━━━ Given data ━━━

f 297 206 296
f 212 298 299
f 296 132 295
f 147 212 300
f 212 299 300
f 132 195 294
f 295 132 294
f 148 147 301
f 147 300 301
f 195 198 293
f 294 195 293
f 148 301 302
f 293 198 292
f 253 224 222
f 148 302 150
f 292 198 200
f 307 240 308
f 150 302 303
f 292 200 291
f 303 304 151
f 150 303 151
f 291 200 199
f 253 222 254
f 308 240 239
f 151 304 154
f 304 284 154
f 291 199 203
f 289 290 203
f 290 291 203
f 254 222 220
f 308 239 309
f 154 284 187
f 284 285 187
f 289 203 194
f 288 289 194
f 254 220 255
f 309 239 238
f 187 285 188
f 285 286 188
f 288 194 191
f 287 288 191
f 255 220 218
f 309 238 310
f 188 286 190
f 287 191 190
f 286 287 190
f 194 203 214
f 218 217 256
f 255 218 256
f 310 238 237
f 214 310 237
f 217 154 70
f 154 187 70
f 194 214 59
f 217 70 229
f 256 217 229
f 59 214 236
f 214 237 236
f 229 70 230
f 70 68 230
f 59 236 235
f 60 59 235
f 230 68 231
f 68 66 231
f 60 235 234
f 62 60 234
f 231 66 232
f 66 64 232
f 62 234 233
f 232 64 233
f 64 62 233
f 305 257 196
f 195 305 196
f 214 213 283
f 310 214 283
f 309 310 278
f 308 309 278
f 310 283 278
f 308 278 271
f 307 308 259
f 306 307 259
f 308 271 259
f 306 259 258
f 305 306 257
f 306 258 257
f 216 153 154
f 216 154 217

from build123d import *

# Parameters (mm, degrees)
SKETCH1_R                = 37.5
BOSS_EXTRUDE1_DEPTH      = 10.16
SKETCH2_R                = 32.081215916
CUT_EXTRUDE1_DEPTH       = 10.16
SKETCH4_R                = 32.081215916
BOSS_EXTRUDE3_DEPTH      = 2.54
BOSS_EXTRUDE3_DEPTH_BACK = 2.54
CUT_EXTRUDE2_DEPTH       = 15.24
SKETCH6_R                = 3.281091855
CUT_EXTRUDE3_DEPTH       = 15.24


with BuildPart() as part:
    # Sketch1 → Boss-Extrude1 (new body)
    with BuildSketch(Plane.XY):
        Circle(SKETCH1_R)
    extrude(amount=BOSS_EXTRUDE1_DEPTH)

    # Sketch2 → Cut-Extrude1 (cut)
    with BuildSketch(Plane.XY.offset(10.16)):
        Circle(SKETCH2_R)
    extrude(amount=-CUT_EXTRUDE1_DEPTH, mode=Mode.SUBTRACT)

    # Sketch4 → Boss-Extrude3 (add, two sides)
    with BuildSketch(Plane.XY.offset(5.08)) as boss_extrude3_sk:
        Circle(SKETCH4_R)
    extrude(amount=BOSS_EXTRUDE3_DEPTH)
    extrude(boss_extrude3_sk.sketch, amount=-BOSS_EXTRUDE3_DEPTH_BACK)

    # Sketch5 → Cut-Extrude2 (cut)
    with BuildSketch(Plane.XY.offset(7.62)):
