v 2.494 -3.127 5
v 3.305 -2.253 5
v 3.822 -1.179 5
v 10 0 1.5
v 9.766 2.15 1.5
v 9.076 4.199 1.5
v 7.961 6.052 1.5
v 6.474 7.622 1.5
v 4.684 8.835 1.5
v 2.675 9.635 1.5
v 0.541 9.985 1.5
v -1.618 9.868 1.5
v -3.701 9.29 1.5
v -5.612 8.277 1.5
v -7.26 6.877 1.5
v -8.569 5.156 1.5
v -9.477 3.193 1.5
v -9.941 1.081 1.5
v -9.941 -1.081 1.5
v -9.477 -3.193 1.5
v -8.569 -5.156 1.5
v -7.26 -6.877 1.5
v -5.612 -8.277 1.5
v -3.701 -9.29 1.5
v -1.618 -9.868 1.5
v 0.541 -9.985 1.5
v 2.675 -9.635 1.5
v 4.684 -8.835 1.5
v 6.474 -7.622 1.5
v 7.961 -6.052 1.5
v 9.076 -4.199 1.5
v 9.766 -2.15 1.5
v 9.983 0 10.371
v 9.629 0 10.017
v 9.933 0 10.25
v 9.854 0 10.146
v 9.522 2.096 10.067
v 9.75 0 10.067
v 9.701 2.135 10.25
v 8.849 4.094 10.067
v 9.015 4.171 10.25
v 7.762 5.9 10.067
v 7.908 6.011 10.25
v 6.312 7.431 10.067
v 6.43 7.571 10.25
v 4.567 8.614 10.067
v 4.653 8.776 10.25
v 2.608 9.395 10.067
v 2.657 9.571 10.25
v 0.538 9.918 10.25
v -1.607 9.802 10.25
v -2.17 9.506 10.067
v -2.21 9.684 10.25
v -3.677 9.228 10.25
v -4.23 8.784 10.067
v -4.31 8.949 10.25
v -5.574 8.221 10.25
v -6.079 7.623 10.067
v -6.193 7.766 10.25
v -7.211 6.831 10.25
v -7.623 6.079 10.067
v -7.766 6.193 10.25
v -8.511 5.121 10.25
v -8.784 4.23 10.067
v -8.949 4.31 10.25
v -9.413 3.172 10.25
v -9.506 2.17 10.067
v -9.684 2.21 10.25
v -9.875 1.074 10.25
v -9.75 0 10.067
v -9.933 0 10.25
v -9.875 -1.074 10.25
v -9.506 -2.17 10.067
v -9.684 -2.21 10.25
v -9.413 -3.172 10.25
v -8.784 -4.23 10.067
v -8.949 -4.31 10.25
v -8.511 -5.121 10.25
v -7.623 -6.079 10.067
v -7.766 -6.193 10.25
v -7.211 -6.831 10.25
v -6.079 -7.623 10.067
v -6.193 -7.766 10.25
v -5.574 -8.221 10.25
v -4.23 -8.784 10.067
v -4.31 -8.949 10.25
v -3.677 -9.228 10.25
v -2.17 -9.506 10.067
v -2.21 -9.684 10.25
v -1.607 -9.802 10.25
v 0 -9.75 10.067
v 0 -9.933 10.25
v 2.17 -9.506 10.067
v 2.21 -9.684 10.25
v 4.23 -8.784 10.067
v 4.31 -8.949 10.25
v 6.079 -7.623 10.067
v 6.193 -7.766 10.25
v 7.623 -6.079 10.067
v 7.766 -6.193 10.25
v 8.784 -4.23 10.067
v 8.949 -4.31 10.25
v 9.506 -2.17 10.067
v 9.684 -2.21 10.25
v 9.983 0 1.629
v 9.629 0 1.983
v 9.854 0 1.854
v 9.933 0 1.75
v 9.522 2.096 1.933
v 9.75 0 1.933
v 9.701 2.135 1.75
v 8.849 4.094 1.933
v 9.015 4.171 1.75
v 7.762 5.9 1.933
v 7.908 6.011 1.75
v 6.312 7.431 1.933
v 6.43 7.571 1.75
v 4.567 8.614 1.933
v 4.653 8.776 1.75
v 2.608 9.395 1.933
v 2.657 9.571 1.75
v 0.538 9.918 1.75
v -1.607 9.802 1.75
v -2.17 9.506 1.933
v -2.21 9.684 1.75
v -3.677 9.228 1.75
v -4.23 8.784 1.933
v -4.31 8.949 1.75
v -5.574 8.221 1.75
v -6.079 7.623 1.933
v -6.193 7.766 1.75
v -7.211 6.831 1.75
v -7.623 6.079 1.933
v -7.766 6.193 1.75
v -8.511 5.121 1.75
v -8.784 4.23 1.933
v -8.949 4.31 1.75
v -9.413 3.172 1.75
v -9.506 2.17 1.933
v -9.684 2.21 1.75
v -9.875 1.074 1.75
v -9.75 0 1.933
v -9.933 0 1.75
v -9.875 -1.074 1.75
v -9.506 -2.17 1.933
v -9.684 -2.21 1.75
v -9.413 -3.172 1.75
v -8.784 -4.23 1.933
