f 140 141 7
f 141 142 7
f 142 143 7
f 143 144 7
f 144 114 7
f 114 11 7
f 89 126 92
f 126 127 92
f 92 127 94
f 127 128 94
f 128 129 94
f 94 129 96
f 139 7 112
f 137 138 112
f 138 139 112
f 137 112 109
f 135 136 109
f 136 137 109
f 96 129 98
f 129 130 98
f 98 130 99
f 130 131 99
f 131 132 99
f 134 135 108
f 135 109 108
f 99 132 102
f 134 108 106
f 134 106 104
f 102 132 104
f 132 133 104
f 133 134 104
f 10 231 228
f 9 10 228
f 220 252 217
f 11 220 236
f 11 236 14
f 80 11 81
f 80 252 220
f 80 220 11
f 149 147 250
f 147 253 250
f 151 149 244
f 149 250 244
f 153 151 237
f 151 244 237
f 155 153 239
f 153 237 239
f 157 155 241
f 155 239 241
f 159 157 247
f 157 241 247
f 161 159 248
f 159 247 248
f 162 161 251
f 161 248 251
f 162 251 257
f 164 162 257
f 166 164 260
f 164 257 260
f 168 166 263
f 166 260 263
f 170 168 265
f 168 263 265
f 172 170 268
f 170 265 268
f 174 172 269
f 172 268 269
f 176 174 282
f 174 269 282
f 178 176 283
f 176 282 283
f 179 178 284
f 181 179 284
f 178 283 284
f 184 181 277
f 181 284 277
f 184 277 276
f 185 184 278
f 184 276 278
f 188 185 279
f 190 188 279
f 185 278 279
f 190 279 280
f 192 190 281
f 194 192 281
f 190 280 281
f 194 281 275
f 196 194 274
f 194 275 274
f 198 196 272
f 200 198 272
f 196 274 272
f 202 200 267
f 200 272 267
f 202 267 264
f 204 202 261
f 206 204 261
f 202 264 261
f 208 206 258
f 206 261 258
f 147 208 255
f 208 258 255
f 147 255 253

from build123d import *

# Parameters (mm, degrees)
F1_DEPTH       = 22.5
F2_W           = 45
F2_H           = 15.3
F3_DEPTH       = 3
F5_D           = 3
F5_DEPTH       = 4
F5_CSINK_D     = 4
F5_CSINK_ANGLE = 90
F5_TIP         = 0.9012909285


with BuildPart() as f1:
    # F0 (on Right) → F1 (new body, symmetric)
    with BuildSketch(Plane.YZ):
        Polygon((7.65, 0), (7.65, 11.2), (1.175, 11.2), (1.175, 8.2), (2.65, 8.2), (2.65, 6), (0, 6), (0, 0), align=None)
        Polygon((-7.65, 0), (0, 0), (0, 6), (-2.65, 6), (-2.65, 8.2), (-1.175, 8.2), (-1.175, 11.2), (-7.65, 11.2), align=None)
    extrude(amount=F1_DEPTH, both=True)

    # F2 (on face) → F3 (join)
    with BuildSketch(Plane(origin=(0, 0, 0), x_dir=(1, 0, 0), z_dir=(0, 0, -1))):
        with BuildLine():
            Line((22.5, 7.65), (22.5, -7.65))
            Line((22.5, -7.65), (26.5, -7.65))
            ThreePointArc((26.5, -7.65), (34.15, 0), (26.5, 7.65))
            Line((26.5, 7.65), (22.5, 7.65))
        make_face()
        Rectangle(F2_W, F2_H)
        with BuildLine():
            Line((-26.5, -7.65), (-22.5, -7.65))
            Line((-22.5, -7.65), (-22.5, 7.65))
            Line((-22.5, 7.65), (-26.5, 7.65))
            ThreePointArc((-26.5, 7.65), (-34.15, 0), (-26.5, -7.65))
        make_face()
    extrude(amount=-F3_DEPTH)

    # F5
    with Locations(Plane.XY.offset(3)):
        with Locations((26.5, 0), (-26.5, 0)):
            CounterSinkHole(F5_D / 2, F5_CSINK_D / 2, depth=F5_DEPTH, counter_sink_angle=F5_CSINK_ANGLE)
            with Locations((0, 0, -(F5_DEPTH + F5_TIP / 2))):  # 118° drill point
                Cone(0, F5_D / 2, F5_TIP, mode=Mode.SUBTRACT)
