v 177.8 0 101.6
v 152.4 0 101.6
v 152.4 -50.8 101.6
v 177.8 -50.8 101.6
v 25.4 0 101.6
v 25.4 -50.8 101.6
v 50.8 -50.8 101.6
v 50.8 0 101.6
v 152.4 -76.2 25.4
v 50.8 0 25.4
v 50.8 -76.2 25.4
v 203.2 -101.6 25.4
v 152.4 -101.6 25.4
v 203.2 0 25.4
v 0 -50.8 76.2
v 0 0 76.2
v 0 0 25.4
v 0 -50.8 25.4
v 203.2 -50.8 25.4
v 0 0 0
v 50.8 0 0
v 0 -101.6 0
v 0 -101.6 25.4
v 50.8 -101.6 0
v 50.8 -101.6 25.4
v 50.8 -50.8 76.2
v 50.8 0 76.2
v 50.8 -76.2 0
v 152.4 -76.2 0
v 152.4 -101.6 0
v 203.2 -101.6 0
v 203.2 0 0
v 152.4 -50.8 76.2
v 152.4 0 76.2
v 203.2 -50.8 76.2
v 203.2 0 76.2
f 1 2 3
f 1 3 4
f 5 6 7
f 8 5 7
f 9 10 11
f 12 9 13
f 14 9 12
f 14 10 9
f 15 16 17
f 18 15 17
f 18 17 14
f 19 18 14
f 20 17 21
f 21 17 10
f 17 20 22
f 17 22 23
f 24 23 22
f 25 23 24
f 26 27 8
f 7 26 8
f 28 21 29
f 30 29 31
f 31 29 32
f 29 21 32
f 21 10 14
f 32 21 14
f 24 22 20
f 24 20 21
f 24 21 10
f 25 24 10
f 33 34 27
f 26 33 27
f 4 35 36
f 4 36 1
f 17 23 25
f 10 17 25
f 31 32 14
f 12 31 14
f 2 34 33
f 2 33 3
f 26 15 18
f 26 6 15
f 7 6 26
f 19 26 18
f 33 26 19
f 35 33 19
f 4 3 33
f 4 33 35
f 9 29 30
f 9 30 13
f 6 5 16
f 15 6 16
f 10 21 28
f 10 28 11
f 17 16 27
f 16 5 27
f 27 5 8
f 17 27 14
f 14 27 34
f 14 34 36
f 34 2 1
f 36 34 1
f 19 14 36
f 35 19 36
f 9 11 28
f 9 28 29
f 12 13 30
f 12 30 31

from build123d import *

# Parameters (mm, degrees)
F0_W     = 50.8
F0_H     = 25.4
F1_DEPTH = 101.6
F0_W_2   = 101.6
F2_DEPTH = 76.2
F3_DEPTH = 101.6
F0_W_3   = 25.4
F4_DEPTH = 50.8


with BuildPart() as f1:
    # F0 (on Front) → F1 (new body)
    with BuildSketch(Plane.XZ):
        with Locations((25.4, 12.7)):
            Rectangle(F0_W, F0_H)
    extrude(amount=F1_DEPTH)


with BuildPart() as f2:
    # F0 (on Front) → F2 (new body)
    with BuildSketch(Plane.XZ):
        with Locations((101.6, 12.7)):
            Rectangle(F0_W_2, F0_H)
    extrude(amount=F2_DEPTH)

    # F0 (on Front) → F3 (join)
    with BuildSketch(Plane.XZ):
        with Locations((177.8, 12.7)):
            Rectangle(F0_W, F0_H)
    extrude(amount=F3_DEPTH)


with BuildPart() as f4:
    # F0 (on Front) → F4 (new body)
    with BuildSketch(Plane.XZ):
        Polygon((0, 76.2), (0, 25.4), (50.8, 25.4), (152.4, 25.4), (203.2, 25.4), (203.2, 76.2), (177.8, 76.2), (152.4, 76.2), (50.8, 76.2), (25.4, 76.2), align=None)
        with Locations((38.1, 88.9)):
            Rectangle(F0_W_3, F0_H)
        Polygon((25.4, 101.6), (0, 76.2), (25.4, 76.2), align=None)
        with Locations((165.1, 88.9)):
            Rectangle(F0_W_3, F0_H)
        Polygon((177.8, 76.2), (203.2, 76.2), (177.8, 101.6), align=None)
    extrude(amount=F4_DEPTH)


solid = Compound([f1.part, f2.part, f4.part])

━━━
━━━ Given data ━━━

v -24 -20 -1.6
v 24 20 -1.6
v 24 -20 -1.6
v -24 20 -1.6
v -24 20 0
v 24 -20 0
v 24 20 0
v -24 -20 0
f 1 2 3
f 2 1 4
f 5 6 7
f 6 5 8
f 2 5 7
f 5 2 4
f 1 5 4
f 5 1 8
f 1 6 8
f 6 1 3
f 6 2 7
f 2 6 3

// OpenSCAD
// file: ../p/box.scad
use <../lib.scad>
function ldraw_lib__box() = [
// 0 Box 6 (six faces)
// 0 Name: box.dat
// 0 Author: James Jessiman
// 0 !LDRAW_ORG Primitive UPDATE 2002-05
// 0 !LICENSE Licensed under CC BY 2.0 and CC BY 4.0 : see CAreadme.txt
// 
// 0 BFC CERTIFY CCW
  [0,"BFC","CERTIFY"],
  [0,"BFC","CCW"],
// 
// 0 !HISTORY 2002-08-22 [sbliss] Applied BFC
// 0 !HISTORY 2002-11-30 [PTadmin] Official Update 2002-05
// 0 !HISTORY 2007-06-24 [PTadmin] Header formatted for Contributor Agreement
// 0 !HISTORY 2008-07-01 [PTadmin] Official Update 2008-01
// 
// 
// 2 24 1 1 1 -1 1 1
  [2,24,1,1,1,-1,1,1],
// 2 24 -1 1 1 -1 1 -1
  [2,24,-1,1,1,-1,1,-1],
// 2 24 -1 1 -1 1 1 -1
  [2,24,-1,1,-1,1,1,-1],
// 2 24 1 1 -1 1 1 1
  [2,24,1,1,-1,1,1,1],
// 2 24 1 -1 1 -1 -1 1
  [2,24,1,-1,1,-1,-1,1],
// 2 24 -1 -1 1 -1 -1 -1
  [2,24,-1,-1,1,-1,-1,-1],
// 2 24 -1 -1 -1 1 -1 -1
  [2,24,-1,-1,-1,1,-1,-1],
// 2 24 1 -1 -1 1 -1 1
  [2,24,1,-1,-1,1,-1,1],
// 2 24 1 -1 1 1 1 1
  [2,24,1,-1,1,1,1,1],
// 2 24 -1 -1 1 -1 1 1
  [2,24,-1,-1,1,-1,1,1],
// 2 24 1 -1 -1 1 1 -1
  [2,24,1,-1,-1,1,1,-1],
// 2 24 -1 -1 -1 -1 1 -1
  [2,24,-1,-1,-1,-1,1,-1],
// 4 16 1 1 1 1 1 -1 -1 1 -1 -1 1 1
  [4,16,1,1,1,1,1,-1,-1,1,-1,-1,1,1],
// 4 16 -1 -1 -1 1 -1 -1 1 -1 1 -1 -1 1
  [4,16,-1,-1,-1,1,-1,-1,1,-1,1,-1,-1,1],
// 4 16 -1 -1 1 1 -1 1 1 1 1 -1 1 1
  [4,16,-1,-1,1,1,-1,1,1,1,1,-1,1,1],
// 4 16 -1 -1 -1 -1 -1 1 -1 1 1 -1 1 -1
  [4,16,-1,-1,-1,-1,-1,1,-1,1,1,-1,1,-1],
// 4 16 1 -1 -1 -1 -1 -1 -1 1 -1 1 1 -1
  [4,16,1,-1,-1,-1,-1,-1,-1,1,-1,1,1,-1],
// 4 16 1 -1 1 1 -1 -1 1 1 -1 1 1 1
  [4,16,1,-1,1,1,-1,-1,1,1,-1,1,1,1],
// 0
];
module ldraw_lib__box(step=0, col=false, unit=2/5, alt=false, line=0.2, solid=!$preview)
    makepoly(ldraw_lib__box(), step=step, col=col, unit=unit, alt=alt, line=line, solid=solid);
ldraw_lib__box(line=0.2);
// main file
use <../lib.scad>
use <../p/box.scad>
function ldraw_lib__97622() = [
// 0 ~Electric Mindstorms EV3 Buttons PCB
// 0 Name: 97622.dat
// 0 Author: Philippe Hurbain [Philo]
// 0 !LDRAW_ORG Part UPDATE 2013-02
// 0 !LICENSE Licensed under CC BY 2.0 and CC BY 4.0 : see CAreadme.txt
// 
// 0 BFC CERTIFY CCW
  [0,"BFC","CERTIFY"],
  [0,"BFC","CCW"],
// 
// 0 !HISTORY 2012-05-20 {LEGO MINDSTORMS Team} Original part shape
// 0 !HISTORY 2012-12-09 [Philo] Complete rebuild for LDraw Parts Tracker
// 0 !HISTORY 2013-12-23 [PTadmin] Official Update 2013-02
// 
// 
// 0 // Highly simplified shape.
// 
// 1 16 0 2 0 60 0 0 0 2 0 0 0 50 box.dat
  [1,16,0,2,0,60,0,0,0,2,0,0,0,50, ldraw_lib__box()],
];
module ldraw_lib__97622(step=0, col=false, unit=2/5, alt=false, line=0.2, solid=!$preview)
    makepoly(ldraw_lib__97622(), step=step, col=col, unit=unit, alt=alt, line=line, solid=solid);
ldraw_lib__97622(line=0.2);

━━━

#### [Your objective]
All that is wanted is a faithful reproduction of the line above with "v -7.766 -6.193 10.25", the line with "v 9.684 -2.21 10.25", and every line in between.

#### [Result for this task]
v -7.766 -6.193 10.25
v -7.211 -6.831 10.25
v -6.079 -7.623 10.067
v -6.193 -7.766 10.25
v -5.574 -8.221 10.25
v -4.23 -8.784 10.067
v -4.31 -8.949 10.25
v -3.677 -9.228 10.25
v -2.17 -9.506 10.067
v -2.21 -9.684 10.25
v -1.607 -9.802 10.25
v 0 -9.75 10.067
v 0 -9.933 10.25
v 2.17 -9.506 10.067
v 2.21 -9.684 10.25
v 4.23 -8.784 10.067
v 4.31 -8.949 10.25
v 6.079 -7.623 10.067
v 6.193 -7.766 10.25
v 7.623 -6.079 10.067
v 7.766 -6.193 10.25
v 8.784 -4.23 10.067
v 8.949 -4.31 10.25
v 9.506 -2.17 10.067
v 9.684 -2.21 10.25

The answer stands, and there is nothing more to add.